The Flight Home

A recent flight my wife and I took from Las Vegas to Indy was anything but typical. After we boarded the plane, the first announcement the captain made was that we were transporting the casket of a fallen U.S. soldier home to his final resting place. For a minute or two, the plane was quiet and somber. Just as quickly as the mood turned solemn, two minutes later the usual amount of airline chatter and grumbling filled the cabin.

The next hour of the flight was pretty normal, the guys in front of me pounded Bloody Mary’s, I failed miserably at the crossword puzzle and listened to podcasts, while my wife read her Kindle and caught up on work that had piled up while we were on vacation. Things changed in an instant with the seemingly innocent ding of the flight attendant about to make an announcement over the loudspeaker. “Is there a doctor on the plane? If there is a doctor on the plane, will you please push the call button?”

My wife, a doctor, looked at me, let out a long exhale, reached up and depressed her call button. Within seconds the flight attendant called her to the front of the plane to help with a lady needing medical attention. For the next hour, my wife, and another physician, on their hands and knees of the plane, took care of this woman (who admitted she was flying against her doctor’s orders). Ultimately the two physicians decided the forty-five minutes left of our flight would be too long for this woman to go without admittance to a hospital. Our flight was diverted for a medical emergency landing in St. Louis, only ten minutes away. After landing in St. Louis, the patient was loaded up on an ambulance and rushed to the hospital.

All told, the extra stop in St. Louis (and the proceeding paperwork the pilot had to fill out) only added about ninety extra minutes to our flight. The way my wife put it, “No one needed to be in Indy as badly as that lady needed to be at a hospital.” Fair enough, I suppose, but then I started thinking about the soldier. The dead soldier on the plane that were were transporting home. The hero that gave his life for our country. The soldier that had family at the airport waiting for his arrival. And now, because of this ill woman’s poor choice to board an airplane, they would have to wait for ninety more agonizing minutes. Not much time to someone like me just wanting to get home, but imagine how long ninety extra minutes must feel like when you’re waiting for the arrival of a loved one’s casket.

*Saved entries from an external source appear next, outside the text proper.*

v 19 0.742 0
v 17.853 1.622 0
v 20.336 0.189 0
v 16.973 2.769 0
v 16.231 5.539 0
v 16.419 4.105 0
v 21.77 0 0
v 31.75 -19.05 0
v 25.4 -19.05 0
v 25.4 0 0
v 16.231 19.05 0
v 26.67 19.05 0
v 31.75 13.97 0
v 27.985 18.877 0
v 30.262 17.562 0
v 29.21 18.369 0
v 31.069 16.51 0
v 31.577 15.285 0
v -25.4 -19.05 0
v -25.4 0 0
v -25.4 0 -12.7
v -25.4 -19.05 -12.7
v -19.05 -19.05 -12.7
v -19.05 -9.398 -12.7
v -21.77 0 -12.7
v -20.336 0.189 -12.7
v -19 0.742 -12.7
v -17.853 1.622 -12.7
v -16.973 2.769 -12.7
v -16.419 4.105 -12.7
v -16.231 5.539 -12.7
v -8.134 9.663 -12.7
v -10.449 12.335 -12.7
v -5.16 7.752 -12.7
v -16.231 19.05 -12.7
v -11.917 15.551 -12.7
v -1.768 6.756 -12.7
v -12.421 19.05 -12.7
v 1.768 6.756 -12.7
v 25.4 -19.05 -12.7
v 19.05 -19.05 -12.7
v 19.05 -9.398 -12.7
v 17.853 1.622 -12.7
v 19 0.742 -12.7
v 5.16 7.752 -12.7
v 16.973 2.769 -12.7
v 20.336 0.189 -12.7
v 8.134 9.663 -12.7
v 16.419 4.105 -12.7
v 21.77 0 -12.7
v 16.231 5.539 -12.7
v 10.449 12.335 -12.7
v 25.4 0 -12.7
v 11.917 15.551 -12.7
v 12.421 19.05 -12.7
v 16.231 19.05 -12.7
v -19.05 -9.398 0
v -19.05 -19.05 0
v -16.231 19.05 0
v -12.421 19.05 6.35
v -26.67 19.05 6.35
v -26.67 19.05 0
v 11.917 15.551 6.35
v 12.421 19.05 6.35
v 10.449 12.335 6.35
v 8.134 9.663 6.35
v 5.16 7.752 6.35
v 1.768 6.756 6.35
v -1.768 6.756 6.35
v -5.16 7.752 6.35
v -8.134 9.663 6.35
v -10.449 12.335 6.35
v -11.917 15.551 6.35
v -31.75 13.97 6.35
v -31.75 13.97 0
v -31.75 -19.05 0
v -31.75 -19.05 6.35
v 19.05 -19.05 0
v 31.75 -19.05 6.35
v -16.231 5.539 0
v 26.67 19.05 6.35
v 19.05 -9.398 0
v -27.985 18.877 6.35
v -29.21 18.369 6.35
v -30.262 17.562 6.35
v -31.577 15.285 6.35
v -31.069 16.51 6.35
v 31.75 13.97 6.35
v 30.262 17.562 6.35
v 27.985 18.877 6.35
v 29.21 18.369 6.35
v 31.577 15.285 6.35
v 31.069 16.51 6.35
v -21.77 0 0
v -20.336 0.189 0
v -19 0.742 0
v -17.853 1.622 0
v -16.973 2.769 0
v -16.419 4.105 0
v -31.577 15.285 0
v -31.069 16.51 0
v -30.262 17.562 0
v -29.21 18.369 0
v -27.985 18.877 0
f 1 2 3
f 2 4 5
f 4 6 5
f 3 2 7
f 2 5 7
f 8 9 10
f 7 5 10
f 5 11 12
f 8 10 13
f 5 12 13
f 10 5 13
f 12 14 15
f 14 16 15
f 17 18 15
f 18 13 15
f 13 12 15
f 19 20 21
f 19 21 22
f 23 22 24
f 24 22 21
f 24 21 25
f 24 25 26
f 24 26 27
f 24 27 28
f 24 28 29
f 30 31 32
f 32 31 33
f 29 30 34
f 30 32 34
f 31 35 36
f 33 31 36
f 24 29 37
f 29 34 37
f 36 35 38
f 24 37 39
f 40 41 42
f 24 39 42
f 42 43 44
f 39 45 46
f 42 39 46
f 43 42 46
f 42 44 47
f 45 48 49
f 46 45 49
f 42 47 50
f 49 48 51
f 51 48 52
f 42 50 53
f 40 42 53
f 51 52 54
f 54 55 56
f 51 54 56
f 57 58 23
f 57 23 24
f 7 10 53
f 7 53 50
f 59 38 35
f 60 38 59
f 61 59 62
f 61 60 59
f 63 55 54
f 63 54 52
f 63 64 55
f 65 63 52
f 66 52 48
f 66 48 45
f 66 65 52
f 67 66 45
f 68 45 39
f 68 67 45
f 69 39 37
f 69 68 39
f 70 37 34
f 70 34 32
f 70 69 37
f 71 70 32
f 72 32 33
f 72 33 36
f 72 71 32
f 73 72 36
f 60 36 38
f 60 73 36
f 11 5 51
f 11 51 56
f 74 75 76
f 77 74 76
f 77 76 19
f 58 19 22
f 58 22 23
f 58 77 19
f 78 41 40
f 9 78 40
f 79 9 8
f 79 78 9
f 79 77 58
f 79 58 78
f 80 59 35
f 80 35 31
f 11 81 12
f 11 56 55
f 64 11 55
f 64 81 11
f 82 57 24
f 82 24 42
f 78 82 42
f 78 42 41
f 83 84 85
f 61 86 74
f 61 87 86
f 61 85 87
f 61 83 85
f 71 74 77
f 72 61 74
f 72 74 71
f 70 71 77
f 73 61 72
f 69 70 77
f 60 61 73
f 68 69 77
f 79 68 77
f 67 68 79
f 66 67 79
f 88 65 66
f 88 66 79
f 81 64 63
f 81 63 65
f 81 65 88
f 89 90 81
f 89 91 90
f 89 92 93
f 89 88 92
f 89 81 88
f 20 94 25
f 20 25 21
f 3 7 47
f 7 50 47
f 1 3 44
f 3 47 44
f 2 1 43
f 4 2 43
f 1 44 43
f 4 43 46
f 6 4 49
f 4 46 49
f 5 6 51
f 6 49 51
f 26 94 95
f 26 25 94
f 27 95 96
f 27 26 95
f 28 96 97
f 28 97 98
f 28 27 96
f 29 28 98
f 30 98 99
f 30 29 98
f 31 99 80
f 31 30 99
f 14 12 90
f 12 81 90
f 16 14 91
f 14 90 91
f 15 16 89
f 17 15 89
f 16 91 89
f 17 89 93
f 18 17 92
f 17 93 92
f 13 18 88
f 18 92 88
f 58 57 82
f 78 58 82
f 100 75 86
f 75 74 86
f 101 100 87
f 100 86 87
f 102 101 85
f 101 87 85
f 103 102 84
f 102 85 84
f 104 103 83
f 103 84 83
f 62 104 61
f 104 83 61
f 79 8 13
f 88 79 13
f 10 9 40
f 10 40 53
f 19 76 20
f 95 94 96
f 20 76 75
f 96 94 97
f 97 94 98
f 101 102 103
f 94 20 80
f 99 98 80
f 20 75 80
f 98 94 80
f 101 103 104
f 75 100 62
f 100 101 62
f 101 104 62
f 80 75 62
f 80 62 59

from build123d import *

# Parameters (mm, degrees)
F1_DEPTH = 6.35
F3_DEPTH = 12.7
F4_R     = 5.538906
F5_R     = 5.08


with BuildPart() as f1:
    # F0 (on Top) → F1 (new body)
    with BuildSketch(Plane.XY):
        with BuildLine():
            Line((-12.4206, 19.05), (-31.75, 19.05))
            Line((-31.75, 19.05), (-31.75, -19.05))
            Line((-31.75, -19.05), (31.75, -19.05))
            Line((31.75, -19.05), (31.75, 19.05))
            Line((31.75, 19.05), (12.4206, 19.05))
            ThreePointArc((12.4206, 19.05), (0, 6.6294), (-12.4206, 19.05))
        make_face()
    extrude(amount=F1_DEPTH)

    # F2 (on Top) → F3 (join)
    with BuildSketch(Plane.XY):
        with BuildLine():
            Line((-12.4206, 19.05), (-16.2306, 19.05))
            Line((-16.2306, 19.05), (-16.2306, 0))
            Line((-16.2306, 0), (-25.4, 0))
            Line((-25.4, 0), (-25.4, -19.05))
            Line((-25.4, -19.05), (-19.05, -19.05))
            Line((-19.05, -19.05), (-19.05, -9.398))
            Line((-19.05, -9.398), (19.05, -9.398))
            Line((19.05, -9.398), (19.05, -19.05))
            Line((19.05, -19.05), (25.4, -19.05))
            Line((25.4, -19.05), (25.4, 0))
            Line((25.4, 0), (16.2306, 0))
            Line((16.2306, 0), (16.2306, 19.05))
            Line((16.2306, 19.05), (12.4206, 19.05))
            ThreePointArc((12.4206, 19.05), (0, 6.6294), (-12.4206, 19.05))
        make_face()
    extrude(amount=-F3_DEPTH)

    # F4
    f4_edges = [f1.edges().sort_by_distance(p)[0] for p in [
        (16.2306, 0, -6.35),
        (-16.2306, 0, -6.35),
    ]]
    fillet(f4_edges, radius=F4_R)

    # F5
    f5_edges = [f1.edges().sort_by_distance(p)[0] for p in [
        (31.75, 19.05, 3.175),
        (-31.75, 19.05, 3.175),
    ]]
    fillet(f5_edges, radius=F5_R)


solid = f1.part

At 9 p.m. we landed in Indy. Our captain asked us, out of respect, to remain seated once we arrived at the gate until the casket was removed from our plane. Once the plane stopped, a man I hadn’t noticed all flight stood up, wearing his Full Dress Whites Naval uniform. He’d been on the plane to escort the casket to Indy.

After we got off the plane and walked through the jetway into the airport ready to head for home… we stopped in our tracks. From inside the airport we could see onto the tarmac where several servicemen and women, and all the baggage handlers, were lined up, out of respect, while the casket was transported from the plane to a car.

It was a sobering moment. One that really put those tally marks of servicemen and servicewomen’s lives lost into perspective.

I was a pile of mixed emotions.

I was annoyed at the inconvenience of the medical emergency on the plane.

I was sad for the soldier’s family.

I felt grateful and guilty for being healthy and alive.